Um Anreize für die Zusammenarbeit in der Flüchtlingskrise zu schaffen, hatten die EU-Spitzen am Vormittag bereits einen Treuhandfonds gegründet. Dieser ist mit knapp 1,9 Milliarden Euro aus dem EU-Budget ausgestattet. Die Mitgliedstaaten sollen diesen Betrag verdoppeln. Allerdings tun sich die EU-Länder schwer. Bisher haben erst 25 der 28 EU-Staaten zusätzliche Beträge angeboten, wobei lediglich 78,2 Millionen Euro zusammengekommen sind; darunter drei von Österreich.

Blick in den Sitzungssaal in der maltesischen Hauptstadt Valleta.
© EPA

EU-Kommissionspräsident Juncker rief die EU-Staaten in Valletta auf, schneller zu handeln. EU-Parlamentspräsident Martin Schulz forderte: „Die EU-Staaten müssen Geld auf den Tisch legen.“

Präsident des Senegal ortet „Diskriminierung“

Viele Afrikaner halten den Topf für zu klein. Der Präsident Senegals, Macky Sall, kritisierte: „Wir brauchen mehr Unterstützung.“ Zu den Vorwürfen der EU, afrikanische Länder würden abgelehnte Asylbewerber nicht zurücknehmen und nicht ausreichend in die Gesellschaft integrieren, sagte Sall: „Europa beharrt zu sehr auf diesem Aspekt.“ Sall nannte es „diskriminierend“, Afrikaner zurückzuschicken, während syrische Flüchtlinge in Europa bleiben dürften.

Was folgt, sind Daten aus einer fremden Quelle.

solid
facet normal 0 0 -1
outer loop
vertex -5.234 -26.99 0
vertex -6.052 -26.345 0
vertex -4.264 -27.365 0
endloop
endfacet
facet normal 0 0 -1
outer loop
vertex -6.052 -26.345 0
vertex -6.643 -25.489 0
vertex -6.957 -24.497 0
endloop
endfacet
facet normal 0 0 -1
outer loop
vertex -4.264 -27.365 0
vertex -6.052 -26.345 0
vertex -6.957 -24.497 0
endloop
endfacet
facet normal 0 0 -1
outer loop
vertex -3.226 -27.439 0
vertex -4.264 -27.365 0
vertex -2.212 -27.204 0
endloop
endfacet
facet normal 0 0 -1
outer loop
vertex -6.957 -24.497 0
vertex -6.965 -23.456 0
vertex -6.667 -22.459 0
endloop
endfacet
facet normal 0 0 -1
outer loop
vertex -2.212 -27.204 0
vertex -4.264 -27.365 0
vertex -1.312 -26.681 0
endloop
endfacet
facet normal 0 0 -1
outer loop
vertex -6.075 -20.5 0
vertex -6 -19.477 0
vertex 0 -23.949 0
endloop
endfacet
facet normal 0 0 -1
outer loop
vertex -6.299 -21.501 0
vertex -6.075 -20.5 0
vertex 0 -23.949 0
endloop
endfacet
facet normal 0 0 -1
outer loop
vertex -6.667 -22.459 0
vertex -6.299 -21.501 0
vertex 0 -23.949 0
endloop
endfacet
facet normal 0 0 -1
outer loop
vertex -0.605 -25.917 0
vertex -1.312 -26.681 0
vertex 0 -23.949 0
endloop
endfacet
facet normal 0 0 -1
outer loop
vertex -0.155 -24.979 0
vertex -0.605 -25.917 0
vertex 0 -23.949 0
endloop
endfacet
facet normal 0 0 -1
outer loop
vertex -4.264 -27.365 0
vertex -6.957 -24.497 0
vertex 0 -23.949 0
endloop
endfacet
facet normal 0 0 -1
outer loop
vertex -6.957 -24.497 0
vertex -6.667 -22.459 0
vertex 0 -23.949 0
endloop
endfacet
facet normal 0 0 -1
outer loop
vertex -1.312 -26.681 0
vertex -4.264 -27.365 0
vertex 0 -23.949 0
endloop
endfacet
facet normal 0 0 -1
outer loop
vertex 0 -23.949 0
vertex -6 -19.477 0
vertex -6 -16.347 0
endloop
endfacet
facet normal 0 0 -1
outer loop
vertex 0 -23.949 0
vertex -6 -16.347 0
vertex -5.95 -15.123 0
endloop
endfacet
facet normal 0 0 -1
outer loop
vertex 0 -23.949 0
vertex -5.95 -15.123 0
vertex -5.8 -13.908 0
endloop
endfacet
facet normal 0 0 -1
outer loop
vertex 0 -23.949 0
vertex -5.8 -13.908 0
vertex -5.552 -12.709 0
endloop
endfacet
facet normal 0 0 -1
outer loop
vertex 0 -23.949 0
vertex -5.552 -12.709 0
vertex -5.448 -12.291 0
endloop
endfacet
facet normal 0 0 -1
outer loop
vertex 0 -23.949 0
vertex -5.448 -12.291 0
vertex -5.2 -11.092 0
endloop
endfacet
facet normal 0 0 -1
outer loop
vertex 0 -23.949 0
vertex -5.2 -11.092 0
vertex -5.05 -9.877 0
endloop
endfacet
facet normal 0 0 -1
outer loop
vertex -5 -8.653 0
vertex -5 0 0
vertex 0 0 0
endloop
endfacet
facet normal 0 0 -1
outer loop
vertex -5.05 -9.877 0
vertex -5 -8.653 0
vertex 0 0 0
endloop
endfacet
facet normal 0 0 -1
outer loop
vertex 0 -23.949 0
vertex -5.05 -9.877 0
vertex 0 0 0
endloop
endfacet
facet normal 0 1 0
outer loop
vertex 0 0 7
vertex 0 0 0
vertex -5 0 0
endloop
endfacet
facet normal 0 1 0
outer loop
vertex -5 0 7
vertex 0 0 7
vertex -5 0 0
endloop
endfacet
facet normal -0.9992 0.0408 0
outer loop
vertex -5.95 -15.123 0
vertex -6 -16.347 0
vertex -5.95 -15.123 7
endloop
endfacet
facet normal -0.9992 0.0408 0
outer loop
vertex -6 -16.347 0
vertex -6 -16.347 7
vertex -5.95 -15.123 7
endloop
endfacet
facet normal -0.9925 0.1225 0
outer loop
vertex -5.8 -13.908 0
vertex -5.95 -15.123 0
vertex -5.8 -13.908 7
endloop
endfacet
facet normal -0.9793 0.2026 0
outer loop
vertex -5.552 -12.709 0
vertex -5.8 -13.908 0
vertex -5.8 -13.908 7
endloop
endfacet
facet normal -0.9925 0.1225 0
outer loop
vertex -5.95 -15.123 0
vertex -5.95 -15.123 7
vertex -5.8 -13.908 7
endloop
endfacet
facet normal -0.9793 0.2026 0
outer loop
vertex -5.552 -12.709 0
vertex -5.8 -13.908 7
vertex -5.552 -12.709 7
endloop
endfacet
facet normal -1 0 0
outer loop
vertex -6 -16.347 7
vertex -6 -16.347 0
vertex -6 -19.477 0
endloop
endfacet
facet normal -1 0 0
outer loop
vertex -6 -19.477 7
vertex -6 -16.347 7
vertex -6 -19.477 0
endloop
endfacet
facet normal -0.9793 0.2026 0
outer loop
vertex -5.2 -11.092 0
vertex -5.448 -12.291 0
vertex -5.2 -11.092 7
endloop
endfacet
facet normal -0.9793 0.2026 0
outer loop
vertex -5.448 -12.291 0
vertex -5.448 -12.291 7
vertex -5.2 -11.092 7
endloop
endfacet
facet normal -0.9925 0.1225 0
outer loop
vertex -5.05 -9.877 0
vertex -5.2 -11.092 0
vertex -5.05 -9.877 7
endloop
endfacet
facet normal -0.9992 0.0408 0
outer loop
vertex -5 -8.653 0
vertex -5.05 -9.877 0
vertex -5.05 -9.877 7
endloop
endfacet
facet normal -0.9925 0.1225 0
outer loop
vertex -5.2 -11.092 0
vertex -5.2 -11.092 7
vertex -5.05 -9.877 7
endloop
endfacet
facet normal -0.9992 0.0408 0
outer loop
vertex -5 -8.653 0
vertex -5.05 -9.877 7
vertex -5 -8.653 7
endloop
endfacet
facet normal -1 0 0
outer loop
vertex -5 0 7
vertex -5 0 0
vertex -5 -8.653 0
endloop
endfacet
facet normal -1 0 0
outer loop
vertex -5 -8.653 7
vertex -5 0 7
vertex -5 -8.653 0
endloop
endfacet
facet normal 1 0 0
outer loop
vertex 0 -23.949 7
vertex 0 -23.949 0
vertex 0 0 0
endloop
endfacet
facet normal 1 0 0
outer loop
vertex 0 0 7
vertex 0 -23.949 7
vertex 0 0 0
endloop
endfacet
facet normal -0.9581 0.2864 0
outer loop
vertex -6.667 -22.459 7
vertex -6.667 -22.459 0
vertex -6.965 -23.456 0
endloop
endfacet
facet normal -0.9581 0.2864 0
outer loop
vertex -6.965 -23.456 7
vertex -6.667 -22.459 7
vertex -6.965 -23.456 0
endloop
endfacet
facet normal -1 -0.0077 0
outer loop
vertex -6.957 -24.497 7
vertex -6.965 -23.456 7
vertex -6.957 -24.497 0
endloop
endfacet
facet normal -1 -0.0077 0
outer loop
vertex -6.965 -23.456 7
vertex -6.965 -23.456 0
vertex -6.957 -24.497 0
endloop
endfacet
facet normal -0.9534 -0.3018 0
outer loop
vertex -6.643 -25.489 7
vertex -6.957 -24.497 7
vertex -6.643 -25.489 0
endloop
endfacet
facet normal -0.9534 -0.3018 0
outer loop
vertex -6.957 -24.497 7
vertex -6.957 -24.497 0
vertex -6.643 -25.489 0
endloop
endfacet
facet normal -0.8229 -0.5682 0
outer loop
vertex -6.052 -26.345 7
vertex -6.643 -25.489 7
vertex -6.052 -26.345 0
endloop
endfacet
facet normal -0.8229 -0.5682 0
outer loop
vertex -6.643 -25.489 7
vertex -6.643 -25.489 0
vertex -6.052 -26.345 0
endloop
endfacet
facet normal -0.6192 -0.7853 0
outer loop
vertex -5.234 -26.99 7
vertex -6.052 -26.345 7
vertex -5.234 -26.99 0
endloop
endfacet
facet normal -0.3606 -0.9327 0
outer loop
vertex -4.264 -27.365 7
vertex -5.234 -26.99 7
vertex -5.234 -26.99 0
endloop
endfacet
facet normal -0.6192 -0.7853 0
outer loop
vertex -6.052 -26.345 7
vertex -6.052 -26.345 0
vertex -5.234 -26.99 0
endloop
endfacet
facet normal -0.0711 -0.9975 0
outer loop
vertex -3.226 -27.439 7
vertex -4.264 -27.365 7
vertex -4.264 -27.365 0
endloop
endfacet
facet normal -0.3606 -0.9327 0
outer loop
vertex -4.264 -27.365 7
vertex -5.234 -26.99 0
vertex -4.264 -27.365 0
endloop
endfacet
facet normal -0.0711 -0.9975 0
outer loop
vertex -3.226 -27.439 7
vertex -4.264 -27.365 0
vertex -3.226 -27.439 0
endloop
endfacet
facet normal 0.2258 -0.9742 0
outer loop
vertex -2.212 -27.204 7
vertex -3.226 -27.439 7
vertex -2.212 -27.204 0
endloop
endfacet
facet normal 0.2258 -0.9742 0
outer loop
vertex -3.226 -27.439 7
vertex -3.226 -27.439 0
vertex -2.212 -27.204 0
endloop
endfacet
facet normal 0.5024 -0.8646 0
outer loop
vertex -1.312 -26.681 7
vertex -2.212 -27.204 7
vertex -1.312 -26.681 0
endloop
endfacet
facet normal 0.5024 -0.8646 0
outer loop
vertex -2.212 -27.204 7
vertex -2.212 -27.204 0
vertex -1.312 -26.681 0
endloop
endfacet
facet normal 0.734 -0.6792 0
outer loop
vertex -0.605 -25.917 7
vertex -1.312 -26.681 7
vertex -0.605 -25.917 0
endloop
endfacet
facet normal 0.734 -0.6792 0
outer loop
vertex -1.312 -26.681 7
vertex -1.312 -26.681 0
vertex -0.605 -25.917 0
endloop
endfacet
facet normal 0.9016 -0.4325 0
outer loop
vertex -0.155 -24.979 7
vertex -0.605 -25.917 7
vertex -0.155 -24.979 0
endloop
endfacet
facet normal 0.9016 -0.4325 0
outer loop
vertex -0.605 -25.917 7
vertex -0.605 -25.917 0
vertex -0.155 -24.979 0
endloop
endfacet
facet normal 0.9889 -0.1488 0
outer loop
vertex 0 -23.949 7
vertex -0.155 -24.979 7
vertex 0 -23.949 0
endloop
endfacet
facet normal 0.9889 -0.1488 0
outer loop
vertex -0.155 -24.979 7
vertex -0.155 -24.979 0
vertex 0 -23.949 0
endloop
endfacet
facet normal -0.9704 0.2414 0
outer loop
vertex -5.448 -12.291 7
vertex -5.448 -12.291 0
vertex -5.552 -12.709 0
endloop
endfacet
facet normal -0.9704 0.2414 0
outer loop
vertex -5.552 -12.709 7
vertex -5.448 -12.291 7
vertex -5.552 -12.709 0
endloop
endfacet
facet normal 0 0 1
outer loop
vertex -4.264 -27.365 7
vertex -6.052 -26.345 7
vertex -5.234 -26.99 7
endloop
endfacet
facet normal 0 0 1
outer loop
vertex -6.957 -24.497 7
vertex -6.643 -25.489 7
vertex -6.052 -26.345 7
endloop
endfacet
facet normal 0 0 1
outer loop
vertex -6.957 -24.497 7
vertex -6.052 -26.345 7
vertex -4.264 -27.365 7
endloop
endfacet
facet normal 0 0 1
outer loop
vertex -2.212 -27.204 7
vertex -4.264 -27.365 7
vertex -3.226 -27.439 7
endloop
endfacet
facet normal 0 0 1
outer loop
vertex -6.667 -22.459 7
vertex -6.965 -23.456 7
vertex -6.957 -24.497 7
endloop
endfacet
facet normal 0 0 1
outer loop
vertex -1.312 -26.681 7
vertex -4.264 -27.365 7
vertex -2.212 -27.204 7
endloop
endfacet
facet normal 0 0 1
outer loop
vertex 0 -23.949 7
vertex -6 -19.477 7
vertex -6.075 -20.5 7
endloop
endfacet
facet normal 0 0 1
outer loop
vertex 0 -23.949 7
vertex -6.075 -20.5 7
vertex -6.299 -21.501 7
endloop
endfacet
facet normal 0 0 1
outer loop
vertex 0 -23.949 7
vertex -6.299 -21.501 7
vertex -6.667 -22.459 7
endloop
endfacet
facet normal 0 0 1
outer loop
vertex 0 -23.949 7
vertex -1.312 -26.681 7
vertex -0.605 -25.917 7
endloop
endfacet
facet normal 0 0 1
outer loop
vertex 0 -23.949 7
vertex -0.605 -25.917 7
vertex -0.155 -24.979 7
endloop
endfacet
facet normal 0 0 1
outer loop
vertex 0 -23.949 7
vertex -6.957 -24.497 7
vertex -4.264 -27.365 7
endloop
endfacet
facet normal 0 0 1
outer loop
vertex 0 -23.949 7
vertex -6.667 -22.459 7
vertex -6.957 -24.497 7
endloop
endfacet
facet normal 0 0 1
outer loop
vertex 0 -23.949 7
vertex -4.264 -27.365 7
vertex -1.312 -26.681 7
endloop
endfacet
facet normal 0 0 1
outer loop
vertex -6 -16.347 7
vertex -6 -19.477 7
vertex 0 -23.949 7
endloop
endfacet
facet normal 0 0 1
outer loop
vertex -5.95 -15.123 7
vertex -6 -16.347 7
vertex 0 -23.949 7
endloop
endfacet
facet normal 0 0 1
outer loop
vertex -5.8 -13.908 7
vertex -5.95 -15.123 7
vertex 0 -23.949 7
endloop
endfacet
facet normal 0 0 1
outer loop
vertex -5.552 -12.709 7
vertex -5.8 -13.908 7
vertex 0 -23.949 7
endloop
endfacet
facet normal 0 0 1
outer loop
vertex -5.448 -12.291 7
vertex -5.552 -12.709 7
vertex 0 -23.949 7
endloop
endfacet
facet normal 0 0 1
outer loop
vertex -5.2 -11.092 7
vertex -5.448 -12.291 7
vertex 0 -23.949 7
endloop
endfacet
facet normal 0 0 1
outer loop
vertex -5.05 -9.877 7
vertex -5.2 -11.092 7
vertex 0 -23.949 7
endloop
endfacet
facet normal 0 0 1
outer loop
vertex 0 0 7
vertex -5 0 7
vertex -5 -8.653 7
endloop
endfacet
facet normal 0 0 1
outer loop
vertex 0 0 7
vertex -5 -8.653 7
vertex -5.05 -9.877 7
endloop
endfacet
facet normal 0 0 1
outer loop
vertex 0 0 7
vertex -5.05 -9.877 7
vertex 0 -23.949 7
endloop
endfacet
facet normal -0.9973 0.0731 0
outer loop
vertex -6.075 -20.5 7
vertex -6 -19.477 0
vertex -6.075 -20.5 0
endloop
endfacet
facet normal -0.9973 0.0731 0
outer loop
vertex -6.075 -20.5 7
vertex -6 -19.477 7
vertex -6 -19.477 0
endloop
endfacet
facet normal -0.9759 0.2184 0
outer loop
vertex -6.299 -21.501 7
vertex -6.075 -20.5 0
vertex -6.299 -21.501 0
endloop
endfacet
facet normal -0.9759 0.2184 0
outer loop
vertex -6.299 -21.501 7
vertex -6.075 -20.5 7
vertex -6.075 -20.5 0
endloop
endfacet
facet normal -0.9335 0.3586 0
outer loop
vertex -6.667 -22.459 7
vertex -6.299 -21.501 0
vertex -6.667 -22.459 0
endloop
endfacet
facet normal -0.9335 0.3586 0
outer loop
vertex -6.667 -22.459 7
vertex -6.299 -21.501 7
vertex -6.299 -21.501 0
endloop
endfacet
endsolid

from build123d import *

# Parameters (mm, degrees)
BOSS_EXTRU_2_DEPTH = 7
CONG_1_R           = 7
CONG_2_R           = 15


with BuildPart() as part:
    # Esquisse1 → Boss.-Extru.2 (new body)
    with BuildSketch(Plane.XY):
        with BuildLine():
            Line((-5, 0), (-5, -10.5))
            Line((-5, -10.5), (-6, -14.5))
            Line((-6, -14.5), (-6, -21.5))
            ThreePointArc((-6, -21.5), (-4.822875656, -27.189860092), (0, -23.949489743))
            Line((0, -23.949489743), (0, 0))
            Line((0, 0), (-5, 0))
        make_face()
    extrude(amount=BOSS_EXTRU_2_DEPTH)

    # Congé1
    cong_1_edges = [part.edges().sort_by_distance(p)[0] for p in [
        (-6, -21.5, 3.5),
    ]]
    fillet(cong_1_edges, radius=CONG_1_R)

    # Congé2
    cong_2_edges = [part.edges().sort_by_distance(p)[0] for p in [
        (-6, -14.5, 3.5),
        (-5, -10.5, 3.5),
    ]]
    fillet(cong_2_edges, radius=CONG_2_R)


solid = part.part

Das Geld soll dazu dienen, die Fluchtursachen zu bekämpfen, um die armutsbedingte Migration von Afrika nach Europa zu verringern. Zudem soll es in den Kampf gegen kriminelle Schlepperbanden fließen. Schwerpunkt sind die Sahelzone, die Tschadsee-Region, das Horn von Afrika und Nordafrika. Von dort oder über diese Staaten machen sich zahlreiche Migranten auf den Weg in Richtung Europa.

Merkel sieht „Startpunkt“

Deutschlands Kanzlerin Angela Merkel sah den EU-Migrationsgipfel lediglich als Startpunkt eines längeren Prozesses. „Viele fragen natürlich: Ist mit diesem Gipfel schon das Problem gelöst? Nein. Aber es ist begonnen worden, es systematisch zu lösen“, betonte sie. „Es liegt auch noch sehr viel Arbeit vor uns.“

Bundeskanzler Werner Faymann (SPÖ) erklärte, dass bei den Rückführungsabkommen „natürlich“ sichergestellt werden müsste, dass „der, den man zurückführt auch angenommen wird und auch unter menschlichen Bedingungen dort leben kann“. Denn Rückführungsabkommen seien „nur ein Puzzlestein im großen Bild“, es gehe auch darum, „dass Menschen eben in vielen Teilen der Welt nicht unter wirtschaftlich ausreichenden und menschenwürdigen Bedingungen leben“.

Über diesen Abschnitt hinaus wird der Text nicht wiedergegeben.